Matteo Pracchia, Om Sharan Salafia

TL;DR

This work constrains the delay-time distribution of short gamma-ray burst progenitors by applying a hierarchical Bayesian framework to SGRB samples, testing power-law and log-normal DTDs alongside two luminosity-function models (ELF and QUSJ). By carefully modeling selection effects and rate evolution through a convolution of the CSFH with the DTD, the authors find average delays on the order of 10^2 Myr (shorter than previous estimates) and minimum delays well below ~350 Myr, with significant implications for fast binary-merger channels in shaping the SGRB population. The results are broadly consistent across LF models and align with GW-based BNS rate constraints, supporting BNS mergers as the primary SGRB progenitors while highlighting the critical role of flux-complete samples and robust selection modeling. The study also clarifies why earlier works inferred longer delays, demonstrating that biased sampling from flux-incomplete data can drastically distort inferred population timescales. Overall, the paper advances understanding of SGRB formation channels and their connection to cosmic star formation, informing both GRB physics and multi-messenger merger rates.

Abstract

Short gamma-ray bursts (SGRBs) are thought to be primarily associated with binary neutron star (BNS) mergers. The SGRB population can therefore be scrutinized to look for signatures of the delay time between the formation of the progenitor massive star binary and the eventual merger, which could produce an evolution of the cosmic rate density of such events whose shape departs from that of the cosmic star formation history (CSFH).

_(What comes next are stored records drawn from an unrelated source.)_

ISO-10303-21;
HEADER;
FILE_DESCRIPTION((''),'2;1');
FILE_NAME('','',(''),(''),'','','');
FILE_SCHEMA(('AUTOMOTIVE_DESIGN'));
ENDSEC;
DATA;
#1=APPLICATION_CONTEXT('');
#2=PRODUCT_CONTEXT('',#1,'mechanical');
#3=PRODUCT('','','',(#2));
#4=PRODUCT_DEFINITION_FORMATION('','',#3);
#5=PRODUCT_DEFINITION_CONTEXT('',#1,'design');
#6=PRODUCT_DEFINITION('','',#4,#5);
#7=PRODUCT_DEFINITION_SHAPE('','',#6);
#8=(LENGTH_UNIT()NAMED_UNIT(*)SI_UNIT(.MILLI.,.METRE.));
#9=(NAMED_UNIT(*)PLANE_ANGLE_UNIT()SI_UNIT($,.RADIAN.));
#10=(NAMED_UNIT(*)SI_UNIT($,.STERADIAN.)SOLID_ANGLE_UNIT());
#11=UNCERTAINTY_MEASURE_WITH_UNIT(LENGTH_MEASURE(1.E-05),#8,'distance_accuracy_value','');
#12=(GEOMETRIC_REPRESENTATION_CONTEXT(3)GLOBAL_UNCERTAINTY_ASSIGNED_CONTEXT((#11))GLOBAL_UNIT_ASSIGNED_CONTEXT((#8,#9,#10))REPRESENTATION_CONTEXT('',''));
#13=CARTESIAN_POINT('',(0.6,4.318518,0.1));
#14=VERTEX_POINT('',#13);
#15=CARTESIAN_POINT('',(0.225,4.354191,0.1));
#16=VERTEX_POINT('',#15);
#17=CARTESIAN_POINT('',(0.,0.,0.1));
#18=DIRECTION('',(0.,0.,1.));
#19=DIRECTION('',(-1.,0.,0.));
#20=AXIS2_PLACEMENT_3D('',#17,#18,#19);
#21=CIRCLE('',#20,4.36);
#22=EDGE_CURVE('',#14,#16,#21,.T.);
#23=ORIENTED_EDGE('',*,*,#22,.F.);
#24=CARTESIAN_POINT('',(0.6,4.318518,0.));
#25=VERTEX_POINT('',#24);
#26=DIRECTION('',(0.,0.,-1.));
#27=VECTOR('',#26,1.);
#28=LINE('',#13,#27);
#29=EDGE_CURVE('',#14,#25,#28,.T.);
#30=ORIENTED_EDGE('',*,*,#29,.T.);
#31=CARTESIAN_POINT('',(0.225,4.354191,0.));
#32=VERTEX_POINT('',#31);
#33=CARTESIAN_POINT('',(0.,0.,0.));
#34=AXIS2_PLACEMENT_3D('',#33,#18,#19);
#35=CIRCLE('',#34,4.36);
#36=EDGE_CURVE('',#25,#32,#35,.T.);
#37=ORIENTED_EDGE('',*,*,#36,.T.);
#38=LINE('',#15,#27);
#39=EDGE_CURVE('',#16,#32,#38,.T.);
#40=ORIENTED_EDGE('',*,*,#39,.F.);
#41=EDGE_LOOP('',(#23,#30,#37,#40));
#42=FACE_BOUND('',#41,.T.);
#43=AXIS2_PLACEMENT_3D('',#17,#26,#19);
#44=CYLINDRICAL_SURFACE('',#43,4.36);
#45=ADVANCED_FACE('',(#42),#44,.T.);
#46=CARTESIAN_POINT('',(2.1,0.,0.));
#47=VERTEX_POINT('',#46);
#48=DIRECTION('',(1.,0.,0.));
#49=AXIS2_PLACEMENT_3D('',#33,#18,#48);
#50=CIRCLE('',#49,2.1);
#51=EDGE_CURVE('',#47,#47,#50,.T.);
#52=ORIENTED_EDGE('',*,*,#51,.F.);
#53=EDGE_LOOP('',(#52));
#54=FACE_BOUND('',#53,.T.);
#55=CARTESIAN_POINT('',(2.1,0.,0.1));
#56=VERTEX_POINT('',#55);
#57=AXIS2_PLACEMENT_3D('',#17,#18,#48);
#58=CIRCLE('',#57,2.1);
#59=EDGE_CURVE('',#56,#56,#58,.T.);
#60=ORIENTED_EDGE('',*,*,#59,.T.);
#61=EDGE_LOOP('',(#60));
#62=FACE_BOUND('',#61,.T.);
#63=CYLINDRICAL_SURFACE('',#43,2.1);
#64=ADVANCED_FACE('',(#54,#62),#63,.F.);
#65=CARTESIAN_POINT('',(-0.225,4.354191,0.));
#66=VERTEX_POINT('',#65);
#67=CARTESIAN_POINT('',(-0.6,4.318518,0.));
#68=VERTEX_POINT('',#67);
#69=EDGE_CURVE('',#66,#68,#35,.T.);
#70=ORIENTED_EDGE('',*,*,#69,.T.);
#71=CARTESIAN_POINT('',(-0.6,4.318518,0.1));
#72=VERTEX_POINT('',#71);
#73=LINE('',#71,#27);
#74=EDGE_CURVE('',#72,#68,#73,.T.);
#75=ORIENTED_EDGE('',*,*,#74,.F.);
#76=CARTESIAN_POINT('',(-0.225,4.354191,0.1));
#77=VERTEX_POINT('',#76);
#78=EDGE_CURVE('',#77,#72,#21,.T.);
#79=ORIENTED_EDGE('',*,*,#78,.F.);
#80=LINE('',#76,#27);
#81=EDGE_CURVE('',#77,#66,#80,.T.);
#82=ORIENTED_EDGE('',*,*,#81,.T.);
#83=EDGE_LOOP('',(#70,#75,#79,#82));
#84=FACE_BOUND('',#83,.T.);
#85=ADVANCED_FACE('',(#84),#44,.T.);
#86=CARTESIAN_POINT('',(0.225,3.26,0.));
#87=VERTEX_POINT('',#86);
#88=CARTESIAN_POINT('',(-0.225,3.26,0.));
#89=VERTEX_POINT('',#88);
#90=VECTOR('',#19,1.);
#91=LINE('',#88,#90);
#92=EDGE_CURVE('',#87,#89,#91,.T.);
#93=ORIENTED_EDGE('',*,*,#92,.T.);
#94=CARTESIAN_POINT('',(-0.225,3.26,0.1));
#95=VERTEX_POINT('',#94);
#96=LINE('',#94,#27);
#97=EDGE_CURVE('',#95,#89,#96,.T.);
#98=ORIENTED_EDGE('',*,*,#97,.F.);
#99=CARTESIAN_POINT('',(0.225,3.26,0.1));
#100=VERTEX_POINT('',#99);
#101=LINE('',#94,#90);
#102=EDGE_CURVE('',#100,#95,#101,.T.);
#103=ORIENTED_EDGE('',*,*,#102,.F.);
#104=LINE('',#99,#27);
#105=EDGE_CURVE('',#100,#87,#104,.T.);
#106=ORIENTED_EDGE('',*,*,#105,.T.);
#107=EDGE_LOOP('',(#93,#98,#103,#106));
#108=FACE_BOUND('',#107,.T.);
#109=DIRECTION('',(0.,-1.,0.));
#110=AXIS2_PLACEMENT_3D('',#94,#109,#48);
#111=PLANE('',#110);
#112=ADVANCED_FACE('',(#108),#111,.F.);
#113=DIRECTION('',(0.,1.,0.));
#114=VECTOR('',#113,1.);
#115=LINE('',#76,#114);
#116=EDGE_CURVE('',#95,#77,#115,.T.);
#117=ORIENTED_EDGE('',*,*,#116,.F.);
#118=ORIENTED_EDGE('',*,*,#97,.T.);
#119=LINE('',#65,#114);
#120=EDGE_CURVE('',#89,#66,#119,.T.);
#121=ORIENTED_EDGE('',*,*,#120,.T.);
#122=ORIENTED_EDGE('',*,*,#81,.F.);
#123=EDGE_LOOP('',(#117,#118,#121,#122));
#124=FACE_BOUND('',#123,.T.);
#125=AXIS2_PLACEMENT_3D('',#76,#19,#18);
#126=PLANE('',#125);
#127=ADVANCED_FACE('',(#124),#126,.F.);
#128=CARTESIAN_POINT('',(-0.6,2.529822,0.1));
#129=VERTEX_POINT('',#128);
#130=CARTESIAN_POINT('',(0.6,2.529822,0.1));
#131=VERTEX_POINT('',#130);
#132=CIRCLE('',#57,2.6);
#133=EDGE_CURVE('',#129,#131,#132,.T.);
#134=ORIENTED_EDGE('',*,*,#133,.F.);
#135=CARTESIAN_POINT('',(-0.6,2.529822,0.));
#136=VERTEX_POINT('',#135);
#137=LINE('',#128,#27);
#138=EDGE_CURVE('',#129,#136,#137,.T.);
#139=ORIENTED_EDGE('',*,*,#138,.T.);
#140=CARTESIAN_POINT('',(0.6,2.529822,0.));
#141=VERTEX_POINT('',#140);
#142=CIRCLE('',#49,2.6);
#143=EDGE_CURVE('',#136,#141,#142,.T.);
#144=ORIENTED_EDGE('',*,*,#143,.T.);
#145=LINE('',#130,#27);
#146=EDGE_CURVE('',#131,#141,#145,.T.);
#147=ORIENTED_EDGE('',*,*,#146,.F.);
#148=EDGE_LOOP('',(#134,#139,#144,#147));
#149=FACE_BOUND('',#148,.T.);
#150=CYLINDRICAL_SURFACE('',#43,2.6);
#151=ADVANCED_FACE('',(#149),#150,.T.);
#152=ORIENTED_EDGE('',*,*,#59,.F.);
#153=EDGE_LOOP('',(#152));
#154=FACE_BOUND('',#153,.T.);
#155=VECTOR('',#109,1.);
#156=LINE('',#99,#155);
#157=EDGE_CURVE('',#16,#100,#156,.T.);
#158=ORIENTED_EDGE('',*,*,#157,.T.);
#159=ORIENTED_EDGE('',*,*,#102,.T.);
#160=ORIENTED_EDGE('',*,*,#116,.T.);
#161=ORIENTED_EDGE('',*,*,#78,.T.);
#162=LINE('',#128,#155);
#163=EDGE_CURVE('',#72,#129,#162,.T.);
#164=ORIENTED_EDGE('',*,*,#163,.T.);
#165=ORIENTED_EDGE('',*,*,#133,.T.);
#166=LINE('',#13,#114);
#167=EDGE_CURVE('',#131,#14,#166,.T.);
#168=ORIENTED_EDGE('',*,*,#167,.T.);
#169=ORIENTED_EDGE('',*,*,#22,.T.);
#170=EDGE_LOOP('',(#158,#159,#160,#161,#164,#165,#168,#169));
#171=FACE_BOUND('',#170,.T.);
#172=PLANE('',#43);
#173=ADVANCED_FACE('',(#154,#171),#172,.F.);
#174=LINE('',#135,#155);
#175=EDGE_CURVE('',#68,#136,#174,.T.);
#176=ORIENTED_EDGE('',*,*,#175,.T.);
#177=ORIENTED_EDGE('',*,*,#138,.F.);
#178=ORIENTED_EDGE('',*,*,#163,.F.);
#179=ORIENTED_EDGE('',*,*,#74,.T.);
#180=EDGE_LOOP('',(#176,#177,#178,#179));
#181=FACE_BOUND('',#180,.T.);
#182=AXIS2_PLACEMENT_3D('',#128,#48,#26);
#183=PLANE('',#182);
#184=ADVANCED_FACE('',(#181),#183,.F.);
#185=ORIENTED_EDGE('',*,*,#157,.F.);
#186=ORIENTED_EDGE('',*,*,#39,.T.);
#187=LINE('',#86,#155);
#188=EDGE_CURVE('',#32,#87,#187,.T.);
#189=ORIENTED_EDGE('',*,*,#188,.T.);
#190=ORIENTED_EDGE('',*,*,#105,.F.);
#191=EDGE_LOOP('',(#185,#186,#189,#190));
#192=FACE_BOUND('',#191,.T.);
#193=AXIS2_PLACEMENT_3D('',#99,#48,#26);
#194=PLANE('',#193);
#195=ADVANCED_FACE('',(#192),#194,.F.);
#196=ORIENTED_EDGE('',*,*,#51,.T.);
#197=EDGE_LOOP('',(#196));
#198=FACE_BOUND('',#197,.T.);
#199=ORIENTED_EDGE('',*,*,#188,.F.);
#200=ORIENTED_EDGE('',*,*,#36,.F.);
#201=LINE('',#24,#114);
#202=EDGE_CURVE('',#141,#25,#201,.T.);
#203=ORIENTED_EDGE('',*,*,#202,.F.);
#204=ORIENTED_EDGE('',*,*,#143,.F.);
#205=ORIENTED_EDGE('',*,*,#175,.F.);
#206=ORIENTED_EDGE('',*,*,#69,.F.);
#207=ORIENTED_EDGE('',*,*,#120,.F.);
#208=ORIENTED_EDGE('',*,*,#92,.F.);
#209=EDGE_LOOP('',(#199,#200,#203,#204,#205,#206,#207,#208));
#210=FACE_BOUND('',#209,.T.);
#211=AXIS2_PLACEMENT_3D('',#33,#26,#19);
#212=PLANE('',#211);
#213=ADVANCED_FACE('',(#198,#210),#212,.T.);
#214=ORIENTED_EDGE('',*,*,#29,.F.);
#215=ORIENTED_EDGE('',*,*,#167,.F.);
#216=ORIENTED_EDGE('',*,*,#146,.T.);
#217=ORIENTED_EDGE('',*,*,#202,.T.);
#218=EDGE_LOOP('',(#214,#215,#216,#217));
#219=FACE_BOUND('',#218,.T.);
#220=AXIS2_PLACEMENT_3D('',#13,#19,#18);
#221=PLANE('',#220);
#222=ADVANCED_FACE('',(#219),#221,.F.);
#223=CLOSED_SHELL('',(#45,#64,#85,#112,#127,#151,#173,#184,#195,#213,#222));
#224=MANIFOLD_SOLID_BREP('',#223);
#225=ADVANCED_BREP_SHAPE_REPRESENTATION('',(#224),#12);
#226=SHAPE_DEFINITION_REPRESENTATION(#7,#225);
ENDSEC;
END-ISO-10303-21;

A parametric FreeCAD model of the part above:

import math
import FreeCAD as App
import Part
import Sketcher

V = App.Vector
Q = App.Units.Quantity

doc = App.newDocument("Part")
body = doc.addObject("PartDesign::Body", "Body")

sketch1 = doc.addObject("Sketcher::SketchObject", "Sketch")
body.addObject(sketch1)
sketch1.AttachmentSupport = (doc.XY_Plane, [""])
sketch1.MapMode = "FlatFace"
sketch1.addGeometry([
    Part.LineSegment(V(-0.6, 4.318518, 0), V(-0.6, 2.529822, 0)),
    Part.ArcOfCircle(Part.Circle(V(0, 0, 0), V(0, 0, 1), 2.6), math.radians(103.342364), math.radians(436.657636)),
    Part.LineSegment(V(0.6, 2.529822, 0), V(0.6, 4.318518, 0)),
    Part.ArcOfCircle(Part.Circle(V(0, 0.000001, 0), V(0, 0, 1), 4.359999), math.radians(82.090158), math.radians(87.041909)),
    Part.LineSegment(V(0.225, 4.354191, 0), V(0.225, 3.26, 0)),
    Part.LineSegment(V(0.225, 3.26, 0), V(-0.225, 3.26, 0)),
    Part.LineSegment(V(-0.225, 3.26, 0), V(-0.225, 4.354191, 0)),
    Part.ArcOfCircle(Part.Circle(V(0, 0.000001, 0), V(0, 0, 1), 4.359999), math.radians(92.958091), math.radians(97.909842)),
    Part.Circle(V(0, 0, 0), V(0, 0, 1), 2.1),
], False)
sketch1.addConstraint([
    Sketcher.Constraint("Coincident", 0, 2, 1, 1),
    Sketcher.Constraint("Coincident", 1, 2, 2, 1),
    Sketcher.Constraint("Coincident", 2, 2, 3, 1),
    Sketcher.Constraint("Coincident", 3, 2, 4, 1),
    Sketcher.Constraint("Coincident", 4, 2, 5, 1),
    Sketcher.Constraint("Coincident", 5, 2, 6, 1),
    Sketcher.Constraint("Coincident", 6, 2, 7, 1),
    Sketcher.Constraint("Coincident", 7, 2, 0, 1),
    Sketcher.Constraint("Vertical", 0),
    Sketcher.Constraint("Vertical", 2),
    Sketcher.Constraint("Vertical", 4),
    Sketcher.Constraint("Horizontal", 5),
    Sketcher.Constraint("Vertical", 6),
    Sketcher.Constraint("Coincident", 1, 3, -1, 1),
    Sketcher.Constraint("Coincident", 3, 3, -1, 1),
    Sketcher.Constraint("Coincident", 7, 3, -1, 1),
    Sketcher.Constraint("Coincident", 8, 3, -1, 1),
    Sketcher.Constraint("Equal", 3, 7),
    Sketcher.Constraint("Horizontal", 0, 2, 1, 2),
    Sketcher.Constraint("Horizontal", 3, 2, 6, 2),
    Sketcher.Constraint("Diameter", 8, Q("4.2 mm")),
    Sketcher.Constraint("Radius", 1, Q("2.6 mm")),
    Sketcher.Constraint("Radius", 3, Q("4.359999 mm")),
    Sketcher.Constraint("DistanceX", 5, 2, 5, 1, Q("0.45 mm")),
    Sketcher.Constraint("DistanceX", 0, 2, -1, 1, Q("0.6 mm")),
    Sketcher.Constraint("DistanceY", -1, 1, 4, 2, Q("3.26 mm")),
])
pad1 = doc.addObject("PartDesign::Pad", "Pad")
body.addObject(pad1)
pad1.Profile = sketch1
pad1.Length = 0.1

doc.recompute()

To that purpose, we study a large sample of SGRBs within a hierarchical Bayesian framework, with a particular focus on the delay time distribution (DTD) of the population. Following previous studies, we model the DTD either as a power-law with a minimum time delay or as a log-normal function. We consider two models for the intrinsic SGRB luminosity distribution: an empirical luminosity function (ELF) with a doubly broken power-law shape, and one based on a quasi-universal structured jet (QUSJ) model. Regardless of the chosen parametrization, we find average time delays $10\lesssim \langle τ_\mathrm{d}\mathrm\rangle/\mathrm{Myr}\lesssim 800$ and a minimum delay time $τ_\mathrm{d,min}\lesssim 350\,\mathrm{Myr}$, in contrast with previous studies that found long delay times of few Gyr. We demonstrate that the cause of the longer inferred time delays in past studies most likely resides in an incorrect treatment of selection effects.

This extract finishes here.